O que o aluno estuda

Esse profissional atua na operacionalidade de redes de computadores, nos sistemas de conexão e avalia as ameaças de invasão. Planeja, especifica e desenvolve sistemas de proteção de redes e de equipamentos de tecnologia da informação. Investiga e monitora ataques, estabelece procedimentos contra invasão de redes e guerra eletrônica. Para isso, o aluno adquire várias competências voltadas para gerenciar e analisar contextos técnicos como requisitos de segurança cibernética em contratações para empresas privadas e órgãos públicos. Além disso, projeta e implanta programas sobre governança cibernética, normas e reconhecidos mundialmente, adotando soluções de criptografia aderentes à legislação específica.
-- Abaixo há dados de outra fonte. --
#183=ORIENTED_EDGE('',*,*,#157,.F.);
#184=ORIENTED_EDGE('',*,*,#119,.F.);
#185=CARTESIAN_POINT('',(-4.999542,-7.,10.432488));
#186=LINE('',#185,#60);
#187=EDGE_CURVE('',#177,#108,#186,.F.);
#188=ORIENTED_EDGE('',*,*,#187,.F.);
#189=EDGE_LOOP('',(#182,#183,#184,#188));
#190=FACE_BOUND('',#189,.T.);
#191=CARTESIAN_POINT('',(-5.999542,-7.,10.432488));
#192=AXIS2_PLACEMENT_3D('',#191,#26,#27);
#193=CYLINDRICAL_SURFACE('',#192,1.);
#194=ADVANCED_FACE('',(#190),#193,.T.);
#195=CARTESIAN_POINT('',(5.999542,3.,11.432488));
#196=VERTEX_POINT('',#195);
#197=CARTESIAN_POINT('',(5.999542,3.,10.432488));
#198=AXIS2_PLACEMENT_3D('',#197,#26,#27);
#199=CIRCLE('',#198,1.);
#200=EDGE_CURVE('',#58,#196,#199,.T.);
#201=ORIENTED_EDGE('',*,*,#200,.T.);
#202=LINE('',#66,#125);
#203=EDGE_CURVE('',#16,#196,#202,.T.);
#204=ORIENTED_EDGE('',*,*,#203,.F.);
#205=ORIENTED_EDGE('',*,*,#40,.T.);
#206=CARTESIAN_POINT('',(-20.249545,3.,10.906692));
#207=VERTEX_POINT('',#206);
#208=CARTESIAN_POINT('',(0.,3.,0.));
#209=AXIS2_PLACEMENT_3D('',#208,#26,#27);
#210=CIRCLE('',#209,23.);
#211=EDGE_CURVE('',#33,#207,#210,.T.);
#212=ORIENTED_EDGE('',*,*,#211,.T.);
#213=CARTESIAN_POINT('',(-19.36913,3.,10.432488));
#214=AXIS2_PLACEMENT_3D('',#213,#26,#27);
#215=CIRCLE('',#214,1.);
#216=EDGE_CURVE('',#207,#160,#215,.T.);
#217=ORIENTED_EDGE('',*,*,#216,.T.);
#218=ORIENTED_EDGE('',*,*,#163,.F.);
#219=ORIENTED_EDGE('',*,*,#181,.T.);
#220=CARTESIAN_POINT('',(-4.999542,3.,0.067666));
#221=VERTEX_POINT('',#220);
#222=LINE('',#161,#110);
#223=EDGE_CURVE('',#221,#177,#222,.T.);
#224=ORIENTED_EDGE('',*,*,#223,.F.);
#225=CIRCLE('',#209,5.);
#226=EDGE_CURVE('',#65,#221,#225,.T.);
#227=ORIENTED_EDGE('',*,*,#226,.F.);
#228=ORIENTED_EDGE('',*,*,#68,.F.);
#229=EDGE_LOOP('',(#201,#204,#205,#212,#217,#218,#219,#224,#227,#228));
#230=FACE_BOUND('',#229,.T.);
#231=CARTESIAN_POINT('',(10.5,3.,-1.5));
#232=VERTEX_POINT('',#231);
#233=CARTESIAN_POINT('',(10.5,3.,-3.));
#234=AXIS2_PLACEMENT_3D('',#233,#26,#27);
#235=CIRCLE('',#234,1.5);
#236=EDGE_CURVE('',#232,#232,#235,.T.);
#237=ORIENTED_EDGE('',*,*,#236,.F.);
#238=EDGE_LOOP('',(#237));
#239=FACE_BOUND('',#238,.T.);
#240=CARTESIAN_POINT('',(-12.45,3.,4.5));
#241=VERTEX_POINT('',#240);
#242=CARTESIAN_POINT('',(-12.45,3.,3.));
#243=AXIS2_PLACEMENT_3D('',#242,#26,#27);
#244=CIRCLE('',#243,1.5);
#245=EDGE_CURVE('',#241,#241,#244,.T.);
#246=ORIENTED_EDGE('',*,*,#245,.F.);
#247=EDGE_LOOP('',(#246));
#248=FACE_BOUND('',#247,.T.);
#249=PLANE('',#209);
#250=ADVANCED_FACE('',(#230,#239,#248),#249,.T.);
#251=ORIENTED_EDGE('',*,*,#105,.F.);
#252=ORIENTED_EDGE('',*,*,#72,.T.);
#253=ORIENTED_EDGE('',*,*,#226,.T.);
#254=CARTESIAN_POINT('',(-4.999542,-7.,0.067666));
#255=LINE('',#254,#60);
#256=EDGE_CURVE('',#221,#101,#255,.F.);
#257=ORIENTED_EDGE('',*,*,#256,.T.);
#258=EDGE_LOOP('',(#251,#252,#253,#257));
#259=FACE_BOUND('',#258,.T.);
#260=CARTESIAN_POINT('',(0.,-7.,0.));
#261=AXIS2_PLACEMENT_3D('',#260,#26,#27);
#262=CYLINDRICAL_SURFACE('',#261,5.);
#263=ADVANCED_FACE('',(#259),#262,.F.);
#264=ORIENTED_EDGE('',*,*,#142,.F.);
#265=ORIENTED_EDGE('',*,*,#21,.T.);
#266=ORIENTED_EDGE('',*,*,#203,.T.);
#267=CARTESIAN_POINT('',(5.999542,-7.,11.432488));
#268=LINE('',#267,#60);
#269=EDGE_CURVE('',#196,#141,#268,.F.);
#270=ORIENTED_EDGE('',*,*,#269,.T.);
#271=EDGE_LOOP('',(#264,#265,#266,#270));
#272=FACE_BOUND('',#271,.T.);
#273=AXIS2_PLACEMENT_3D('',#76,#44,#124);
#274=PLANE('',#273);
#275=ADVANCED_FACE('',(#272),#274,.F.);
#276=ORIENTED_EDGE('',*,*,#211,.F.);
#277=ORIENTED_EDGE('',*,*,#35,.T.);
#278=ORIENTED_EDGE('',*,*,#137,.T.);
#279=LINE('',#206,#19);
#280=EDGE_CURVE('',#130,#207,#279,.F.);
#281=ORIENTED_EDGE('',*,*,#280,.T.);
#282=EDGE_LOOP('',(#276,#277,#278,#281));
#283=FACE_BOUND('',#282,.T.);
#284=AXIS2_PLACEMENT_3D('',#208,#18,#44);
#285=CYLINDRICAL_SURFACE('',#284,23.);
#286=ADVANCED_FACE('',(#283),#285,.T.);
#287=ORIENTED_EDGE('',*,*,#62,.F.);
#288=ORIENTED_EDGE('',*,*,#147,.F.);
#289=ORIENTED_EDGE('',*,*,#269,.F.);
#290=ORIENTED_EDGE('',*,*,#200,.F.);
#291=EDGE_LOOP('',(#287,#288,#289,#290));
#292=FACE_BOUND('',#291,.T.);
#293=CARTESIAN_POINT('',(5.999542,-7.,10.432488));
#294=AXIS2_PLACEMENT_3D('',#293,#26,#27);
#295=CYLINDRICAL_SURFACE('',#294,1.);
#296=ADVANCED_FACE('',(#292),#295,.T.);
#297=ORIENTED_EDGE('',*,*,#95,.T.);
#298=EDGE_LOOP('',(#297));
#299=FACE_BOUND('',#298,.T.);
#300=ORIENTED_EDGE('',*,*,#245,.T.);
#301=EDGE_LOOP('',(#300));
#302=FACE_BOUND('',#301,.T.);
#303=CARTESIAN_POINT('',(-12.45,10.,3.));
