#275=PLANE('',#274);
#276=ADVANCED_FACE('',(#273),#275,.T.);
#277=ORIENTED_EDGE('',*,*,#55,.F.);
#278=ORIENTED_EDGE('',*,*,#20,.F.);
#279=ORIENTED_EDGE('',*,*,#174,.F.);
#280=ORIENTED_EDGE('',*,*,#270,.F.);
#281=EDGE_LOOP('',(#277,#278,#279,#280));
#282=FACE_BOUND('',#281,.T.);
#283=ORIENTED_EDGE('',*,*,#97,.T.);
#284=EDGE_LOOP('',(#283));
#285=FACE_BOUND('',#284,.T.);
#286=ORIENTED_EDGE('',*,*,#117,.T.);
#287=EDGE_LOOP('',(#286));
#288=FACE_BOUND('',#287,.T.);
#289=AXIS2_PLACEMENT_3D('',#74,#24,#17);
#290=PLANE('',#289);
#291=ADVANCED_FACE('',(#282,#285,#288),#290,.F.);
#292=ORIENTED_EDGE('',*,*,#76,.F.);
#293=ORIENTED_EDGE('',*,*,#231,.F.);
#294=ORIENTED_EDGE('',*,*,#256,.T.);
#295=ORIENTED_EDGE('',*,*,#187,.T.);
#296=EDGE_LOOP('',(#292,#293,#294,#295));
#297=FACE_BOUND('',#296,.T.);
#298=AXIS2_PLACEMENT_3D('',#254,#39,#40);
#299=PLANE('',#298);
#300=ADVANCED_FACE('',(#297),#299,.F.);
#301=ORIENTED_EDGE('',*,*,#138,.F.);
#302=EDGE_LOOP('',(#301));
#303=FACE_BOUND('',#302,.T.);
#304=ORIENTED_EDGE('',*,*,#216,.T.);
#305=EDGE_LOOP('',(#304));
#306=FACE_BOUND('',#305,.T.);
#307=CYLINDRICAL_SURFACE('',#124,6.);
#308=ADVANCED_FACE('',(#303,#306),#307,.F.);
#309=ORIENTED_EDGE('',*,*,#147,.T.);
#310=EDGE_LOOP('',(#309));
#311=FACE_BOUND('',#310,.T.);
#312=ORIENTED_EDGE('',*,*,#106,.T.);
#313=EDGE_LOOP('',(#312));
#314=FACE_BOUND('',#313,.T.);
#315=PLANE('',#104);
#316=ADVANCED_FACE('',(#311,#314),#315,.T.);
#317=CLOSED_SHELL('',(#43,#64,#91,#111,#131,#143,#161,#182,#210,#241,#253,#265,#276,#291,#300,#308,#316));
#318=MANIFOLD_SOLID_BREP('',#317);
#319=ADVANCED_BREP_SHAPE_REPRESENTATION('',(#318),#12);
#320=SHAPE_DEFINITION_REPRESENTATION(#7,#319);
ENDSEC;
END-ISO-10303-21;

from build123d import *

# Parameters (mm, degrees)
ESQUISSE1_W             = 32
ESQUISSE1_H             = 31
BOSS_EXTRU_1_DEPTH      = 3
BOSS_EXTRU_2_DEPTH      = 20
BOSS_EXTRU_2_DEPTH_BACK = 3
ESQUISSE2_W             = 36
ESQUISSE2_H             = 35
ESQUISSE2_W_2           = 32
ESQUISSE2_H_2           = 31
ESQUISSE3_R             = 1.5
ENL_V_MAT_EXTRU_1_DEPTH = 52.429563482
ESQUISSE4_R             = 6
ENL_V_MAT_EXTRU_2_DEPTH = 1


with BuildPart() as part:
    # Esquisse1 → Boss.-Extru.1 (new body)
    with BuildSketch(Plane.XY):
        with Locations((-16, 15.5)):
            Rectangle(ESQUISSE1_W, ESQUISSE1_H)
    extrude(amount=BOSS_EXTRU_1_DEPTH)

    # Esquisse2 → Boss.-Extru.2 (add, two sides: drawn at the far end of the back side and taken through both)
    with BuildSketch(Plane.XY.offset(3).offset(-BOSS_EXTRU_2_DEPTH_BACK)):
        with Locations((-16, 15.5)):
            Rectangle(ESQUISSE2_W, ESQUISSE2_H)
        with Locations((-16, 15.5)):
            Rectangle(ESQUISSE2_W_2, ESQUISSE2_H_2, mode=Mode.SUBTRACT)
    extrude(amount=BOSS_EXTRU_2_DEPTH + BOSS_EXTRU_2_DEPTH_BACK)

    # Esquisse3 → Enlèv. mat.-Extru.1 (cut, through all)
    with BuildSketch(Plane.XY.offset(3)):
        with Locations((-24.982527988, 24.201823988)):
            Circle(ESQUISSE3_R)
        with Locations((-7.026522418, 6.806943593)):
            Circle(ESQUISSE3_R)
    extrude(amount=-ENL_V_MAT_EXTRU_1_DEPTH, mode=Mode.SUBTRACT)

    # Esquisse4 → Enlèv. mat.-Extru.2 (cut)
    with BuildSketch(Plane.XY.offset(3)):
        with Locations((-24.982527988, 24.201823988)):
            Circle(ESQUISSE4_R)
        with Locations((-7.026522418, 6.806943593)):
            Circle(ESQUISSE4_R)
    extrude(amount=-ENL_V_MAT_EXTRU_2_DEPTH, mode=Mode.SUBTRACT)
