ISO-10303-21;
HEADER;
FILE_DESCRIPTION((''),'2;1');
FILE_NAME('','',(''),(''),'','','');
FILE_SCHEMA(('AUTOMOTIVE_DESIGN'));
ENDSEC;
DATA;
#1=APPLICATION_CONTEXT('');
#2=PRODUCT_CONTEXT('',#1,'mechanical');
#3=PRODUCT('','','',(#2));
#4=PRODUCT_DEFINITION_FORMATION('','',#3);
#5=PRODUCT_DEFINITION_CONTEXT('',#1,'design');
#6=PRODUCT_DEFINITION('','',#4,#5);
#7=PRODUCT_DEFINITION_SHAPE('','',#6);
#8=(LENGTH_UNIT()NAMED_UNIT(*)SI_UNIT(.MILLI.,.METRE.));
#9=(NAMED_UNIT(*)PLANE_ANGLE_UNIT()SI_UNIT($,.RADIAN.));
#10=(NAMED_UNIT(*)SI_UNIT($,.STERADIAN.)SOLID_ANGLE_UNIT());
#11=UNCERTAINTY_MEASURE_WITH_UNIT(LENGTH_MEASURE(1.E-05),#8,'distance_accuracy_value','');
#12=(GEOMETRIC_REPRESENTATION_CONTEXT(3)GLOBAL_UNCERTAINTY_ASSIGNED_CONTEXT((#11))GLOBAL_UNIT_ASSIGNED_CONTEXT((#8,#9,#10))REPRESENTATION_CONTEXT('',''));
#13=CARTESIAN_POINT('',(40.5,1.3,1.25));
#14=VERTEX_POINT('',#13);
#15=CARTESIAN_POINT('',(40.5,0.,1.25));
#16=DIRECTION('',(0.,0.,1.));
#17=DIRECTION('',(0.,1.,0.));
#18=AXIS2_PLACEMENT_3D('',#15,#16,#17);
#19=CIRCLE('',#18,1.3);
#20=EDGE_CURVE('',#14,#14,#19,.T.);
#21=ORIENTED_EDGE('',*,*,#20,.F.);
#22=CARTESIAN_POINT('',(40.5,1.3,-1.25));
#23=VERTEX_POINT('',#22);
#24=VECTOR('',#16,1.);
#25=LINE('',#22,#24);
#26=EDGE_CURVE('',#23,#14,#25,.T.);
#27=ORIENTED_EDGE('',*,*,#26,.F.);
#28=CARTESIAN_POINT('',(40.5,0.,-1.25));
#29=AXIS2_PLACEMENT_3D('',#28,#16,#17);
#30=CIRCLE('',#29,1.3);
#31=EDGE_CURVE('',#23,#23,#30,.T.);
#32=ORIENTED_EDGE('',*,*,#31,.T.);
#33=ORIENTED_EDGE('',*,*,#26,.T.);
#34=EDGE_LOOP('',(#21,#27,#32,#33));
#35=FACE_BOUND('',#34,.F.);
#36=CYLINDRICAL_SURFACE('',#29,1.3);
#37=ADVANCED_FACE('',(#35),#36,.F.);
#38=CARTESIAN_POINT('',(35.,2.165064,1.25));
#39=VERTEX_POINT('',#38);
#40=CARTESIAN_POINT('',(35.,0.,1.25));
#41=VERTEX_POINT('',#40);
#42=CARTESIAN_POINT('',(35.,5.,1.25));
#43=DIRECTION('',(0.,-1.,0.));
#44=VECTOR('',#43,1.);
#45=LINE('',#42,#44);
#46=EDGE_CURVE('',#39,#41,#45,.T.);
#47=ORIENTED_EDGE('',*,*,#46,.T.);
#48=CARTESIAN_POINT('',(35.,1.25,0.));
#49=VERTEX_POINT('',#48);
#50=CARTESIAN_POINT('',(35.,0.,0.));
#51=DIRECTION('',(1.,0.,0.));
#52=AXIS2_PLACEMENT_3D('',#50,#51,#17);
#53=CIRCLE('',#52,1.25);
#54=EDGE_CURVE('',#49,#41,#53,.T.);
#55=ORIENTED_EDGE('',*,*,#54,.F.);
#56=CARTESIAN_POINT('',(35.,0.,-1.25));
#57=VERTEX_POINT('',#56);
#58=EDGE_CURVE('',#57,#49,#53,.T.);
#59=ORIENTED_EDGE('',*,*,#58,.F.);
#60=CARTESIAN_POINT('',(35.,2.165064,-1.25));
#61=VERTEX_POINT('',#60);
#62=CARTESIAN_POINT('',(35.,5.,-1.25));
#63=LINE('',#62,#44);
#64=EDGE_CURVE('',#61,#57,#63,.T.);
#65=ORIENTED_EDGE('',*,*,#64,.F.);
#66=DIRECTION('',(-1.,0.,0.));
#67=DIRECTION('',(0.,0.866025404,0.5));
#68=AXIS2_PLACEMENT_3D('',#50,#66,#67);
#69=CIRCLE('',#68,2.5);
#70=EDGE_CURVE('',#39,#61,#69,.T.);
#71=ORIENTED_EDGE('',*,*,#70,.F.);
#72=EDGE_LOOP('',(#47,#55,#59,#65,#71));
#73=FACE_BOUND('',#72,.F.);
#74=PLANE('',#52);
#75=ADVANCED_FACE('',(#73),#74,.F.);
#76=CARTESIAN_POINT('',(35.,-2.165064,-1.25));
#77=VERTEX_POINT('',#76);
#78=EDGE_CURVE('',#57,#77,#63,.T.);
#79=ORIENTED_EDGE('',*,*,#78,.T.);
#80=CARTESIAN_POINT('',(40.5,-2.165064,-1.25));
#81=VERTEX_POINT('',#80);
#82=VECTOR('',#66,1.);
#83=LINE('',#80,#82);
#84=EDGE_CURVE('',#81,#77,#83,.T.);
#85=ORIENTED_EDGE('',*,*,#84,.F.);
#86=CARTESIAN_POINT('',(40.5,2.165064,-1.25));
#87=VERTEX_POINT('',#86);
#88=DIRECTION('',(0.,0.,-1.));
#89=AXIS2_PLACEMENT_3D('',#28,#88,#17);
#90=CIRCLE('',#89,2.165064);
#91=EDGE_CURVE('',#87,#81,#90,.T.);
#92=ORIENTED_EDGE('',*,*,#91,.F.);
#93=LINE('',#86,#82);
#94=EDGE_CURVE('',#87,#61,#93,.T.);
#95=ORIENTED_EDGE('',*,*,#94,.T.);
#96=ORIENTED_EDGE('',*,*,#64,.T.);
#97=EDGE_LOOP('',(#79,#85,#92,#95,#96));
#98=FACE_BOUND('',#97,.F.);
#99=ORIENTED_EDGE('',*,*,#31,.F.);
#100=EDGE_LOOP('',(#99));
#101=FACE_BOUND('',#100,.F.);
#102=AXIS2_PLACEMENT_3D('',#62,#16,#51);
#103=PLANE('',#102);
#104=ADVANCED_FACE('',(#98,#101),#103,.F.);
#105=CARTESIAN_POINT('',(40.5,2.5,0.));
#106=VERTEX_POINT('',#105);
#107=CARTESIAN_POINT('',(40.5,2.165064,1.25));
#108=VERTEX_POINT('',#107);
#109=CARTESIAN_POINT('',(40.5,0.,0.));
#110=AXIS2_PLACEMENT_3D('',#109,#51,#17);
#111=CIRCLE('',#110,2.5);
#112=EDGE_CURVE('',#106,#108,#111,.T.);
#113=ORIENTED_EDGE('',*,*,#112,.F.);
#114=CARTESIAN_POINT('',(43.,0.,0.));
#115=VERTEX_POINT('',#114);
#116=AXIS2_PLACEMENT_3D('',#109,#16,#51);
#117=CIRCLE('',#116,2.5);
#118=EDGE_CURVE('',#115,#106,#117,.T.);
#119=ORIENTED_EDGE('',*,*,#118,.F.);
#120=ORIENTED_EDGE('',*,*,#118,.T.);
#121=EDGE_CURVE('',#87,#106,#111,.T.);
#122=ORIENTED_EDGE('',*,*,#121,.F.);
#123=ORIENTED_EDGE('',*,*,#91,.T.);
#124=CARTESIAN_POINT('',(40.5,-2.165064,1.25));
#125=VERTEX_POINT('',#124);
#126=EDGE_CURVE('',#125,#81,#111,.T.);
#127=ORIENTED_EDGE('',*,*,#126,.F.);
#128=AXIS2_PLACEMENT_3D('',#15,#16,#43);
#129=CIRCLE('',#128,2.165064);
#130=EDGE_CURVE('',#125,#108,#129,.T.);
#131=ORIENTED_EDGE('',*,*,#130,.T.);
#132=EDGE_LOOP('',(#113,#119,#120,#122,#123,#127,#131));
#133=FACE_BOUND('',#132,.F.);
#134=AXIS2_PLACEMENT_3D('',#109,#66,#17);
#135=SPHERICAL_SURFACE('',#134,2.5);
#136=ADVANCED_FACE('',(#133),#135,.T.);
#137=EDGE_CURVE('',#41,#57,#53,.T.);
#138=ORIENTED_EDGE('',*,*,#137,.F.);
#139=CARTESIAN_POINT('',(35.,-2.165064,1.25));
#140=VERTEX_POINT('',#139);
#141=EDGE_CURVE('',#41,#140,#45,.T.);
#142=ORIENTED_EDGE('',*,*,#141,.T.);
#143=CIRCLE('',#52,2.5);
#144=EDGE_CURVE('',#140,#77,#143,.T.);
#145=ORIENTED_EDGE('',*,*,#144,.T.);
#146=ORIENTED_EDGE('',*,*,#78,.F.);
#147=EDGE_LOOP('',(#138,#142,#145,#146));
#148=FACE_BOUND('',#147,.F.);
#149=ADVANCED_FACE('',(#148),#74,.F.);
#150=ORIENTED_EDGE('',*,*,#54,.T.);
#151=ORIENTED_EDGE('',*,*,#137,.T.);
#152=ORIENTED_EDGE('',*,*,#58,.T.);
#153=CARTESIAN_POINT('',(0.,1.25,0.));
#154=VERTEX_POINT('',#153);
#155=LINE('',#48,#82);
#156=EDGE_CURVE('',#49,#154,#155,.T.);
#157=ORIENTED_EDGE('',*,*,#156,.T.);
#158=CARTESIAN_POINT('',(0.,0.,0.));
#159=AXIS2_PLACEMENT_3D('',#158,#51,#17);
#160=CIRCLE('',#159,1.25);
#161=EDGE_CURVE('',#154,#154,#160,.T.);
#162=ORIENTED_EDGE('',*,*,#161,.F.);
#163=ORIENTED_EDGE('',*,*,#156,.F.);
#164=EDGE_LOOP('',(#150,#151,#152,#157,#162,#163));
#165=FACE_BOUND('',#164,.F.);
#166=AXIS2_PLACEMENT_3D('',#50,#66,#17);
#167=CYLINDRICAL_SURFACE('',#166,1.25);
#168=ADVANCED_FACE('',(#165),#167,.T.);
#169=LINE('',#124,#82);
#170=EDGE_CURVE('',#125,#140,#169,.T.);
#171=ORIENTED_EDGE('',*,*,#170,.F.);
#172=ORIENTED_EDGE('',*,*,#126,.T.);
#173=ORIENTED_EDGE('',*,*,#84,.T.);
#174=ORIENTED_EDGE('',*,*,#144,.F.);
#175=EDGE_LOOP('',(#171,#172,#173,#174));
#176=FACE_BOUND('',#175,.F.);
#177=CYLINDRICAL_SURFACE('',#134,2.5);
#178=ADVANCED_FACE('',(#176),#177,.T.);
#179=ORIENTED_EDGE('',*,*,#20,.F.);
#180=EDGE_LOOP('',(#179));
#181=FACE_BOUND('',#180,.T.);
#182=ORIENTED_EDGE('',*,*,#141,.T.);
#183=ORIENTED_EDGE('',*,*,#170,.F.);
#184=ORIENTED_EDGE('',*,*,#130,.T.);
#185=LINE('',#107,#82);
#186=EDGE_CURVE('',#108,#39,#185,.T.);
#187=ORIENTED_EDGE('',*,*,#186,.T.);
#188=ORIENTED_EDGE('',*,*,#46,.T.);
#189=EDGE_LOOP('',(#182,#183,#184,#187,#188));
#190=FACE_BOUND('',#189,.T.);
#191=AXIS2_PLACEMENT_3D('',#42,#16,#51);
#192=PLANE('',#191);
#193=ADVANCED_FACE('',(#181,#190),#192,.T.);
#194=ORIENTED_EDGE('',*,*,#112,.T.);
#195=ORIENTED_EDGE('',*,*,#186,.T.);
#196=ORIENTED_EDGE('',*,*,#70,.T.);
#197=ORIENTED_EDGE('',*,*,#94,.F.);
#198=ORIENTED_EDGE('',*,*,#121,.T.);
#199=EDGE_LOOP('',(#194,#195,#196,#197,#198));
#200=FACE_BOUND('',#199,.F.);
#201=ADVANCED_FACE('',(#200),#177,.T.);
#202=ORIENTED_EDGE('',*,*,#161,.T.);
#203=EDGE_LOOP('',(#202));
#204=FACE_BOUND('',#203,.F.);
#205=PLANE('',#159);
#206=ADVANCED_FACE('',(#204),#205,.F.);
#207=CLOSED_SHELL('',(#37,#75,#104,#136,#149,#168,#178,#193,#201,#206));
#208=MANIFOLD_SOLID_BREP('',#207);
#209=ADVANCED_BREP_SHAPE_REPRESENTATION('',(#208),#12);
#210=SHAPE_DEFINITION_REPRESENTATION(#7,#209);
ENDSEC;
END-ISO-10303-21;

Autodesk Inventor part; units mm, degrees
ref_plane "YZ Plane" through (0, 0, 0) normal (1, 0, 0) x (0, 1, 0)
ref_plane "XY Plane" through (0, 0, 0) normal (0, 0, 1) x (1, 0, 0)
sketch "Sketch1" plane through (0, 0, 0) normal (0, 0, 1) x (1, 0, 0)
  line L0 (0, 0) -> (43, 0)
  arc A0 (43, 0) -> (40.5, 2.5) centre (40.5, 0) ccw
  line L1 (40.5, 2.5) -> (35, 2.5)
  line L2 (35, 2.5) -> (35, 1.25)
  line L3 (35, 1.25) -> (0, 1.25)
  line L4 (0, 1.25) -> (0, 0)
  point P0 (0, 0.625)
  dimension "d0" = 2.5
  dimension "d1" = 5.5
  dimension "d2" = 2.5
  dimension "d3" = 40.5
revolve "Revolution1" add sketch "Sketch1" angle 360 about axis through (0, 0, 0) along (1, 0, 0)
ref_plane "Work Plane1" through (0, 5, 0) normal (0, 1, 0) x (-1, 0, 0)
sketch "Sketch2" plane through (0, 5, 0) normal (0, 1, 0) x (-1, 0, 0)
  arc A0 (-40.5, 2.5) -> (-40.5, -2.5) centre (-40.5, 0) ccw projected
  line L0 (-35, -1.25) -> (-35, 1.25) construction
  line L1 (-40.5, 2.5) -> (-40.5, -2.5) construction
  line L2 (-35, 2.5) -> (-35, -2.5) projected
  line L3 (-35, -1.25) -> (-42.6651, -1.25)
  line L4 (-35, 1.25) -> (-42.6651, 1.25)
  line L5 (-35, -2.5) -> (-40.5, -2.5) projected
  line L6 (-35, 2.5) -> (-40.5, 2.5) projected
  point P0 (0, 0)
  point P1 (-35, 0)
  dimension "d6" = 2.5
  dimension "d9" = 2.5
  dimension "d10" = 1.25
extrude "Extrusion2" cut sketch "Sketch2" against normal blind 10 contours L6 L2 L4 A0 | L3 L2 L5 A0
sketch "Sketch3" plane through (40.5, -2.1651, -1.25) normal (0, 0, -1) x (-1, 0, 0)
  arc A0 (0, 4.3301) -> (0, 0) centre (0, 2.1651) ccw projected
  point P0 (40.5, 2.1651)
hole "Hole1" at (40.5, 0, -1.25) direction (0, 0, 1) diameter 2.6 depth 2.5
equation "\"d10\" = 0.5 * d9"
properties part number "21.2"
O ponto de vista da gestão e do empreendedorismo é abordado por disciplinas como Fundamentos da Administração, Gestão de Equipes, Empreendedorismo, Gestão Financeira e Orçamentária e Ética e Responsabilidade, complementadas por disciplinas básicas (Matemática, Comunicação e Expressão, Estatística Aplicada e Inglês) e também as que abordam as regulamentações e legislações vigentes, como Noções de Direito, Legislação Aplicada a TI e Propriedade Intelectual, Industrial e Patentes.

O que o profissional faz

O Tecnólogo em Defesa Cibernética é um profissional capaz de coordenar e gerenciar equipes, adotando soluções e projetos de proteção relacionados à defesa, guerra cibernética e vulnerabilidades sistêmicas, integrando sistemas de proteção cibernética aos sistemas de informação nas instituições privadas e públicas, com uso de bases de dados, recursos de redes de computadores e demais infraestruturas, adotando soluções de criptografia e observando as normas e legislações vigentes.

Onde trabalhar

O Tecnólogo em Defesa Cibernética está presente em praticamente todos os setores organizacionais privados e públicos: forças armadas, instituições federais como polícia federal, instituições estaduais como polícia militar, organizações não-governamentais, órgãos públicos, institutos e centros de pesquisa, além de poder atuar como perito forense em institutos, tribunais, câmaras de arbitragem e comarcas, bem como desenvolver assessoria forense computacional para entidades privadas.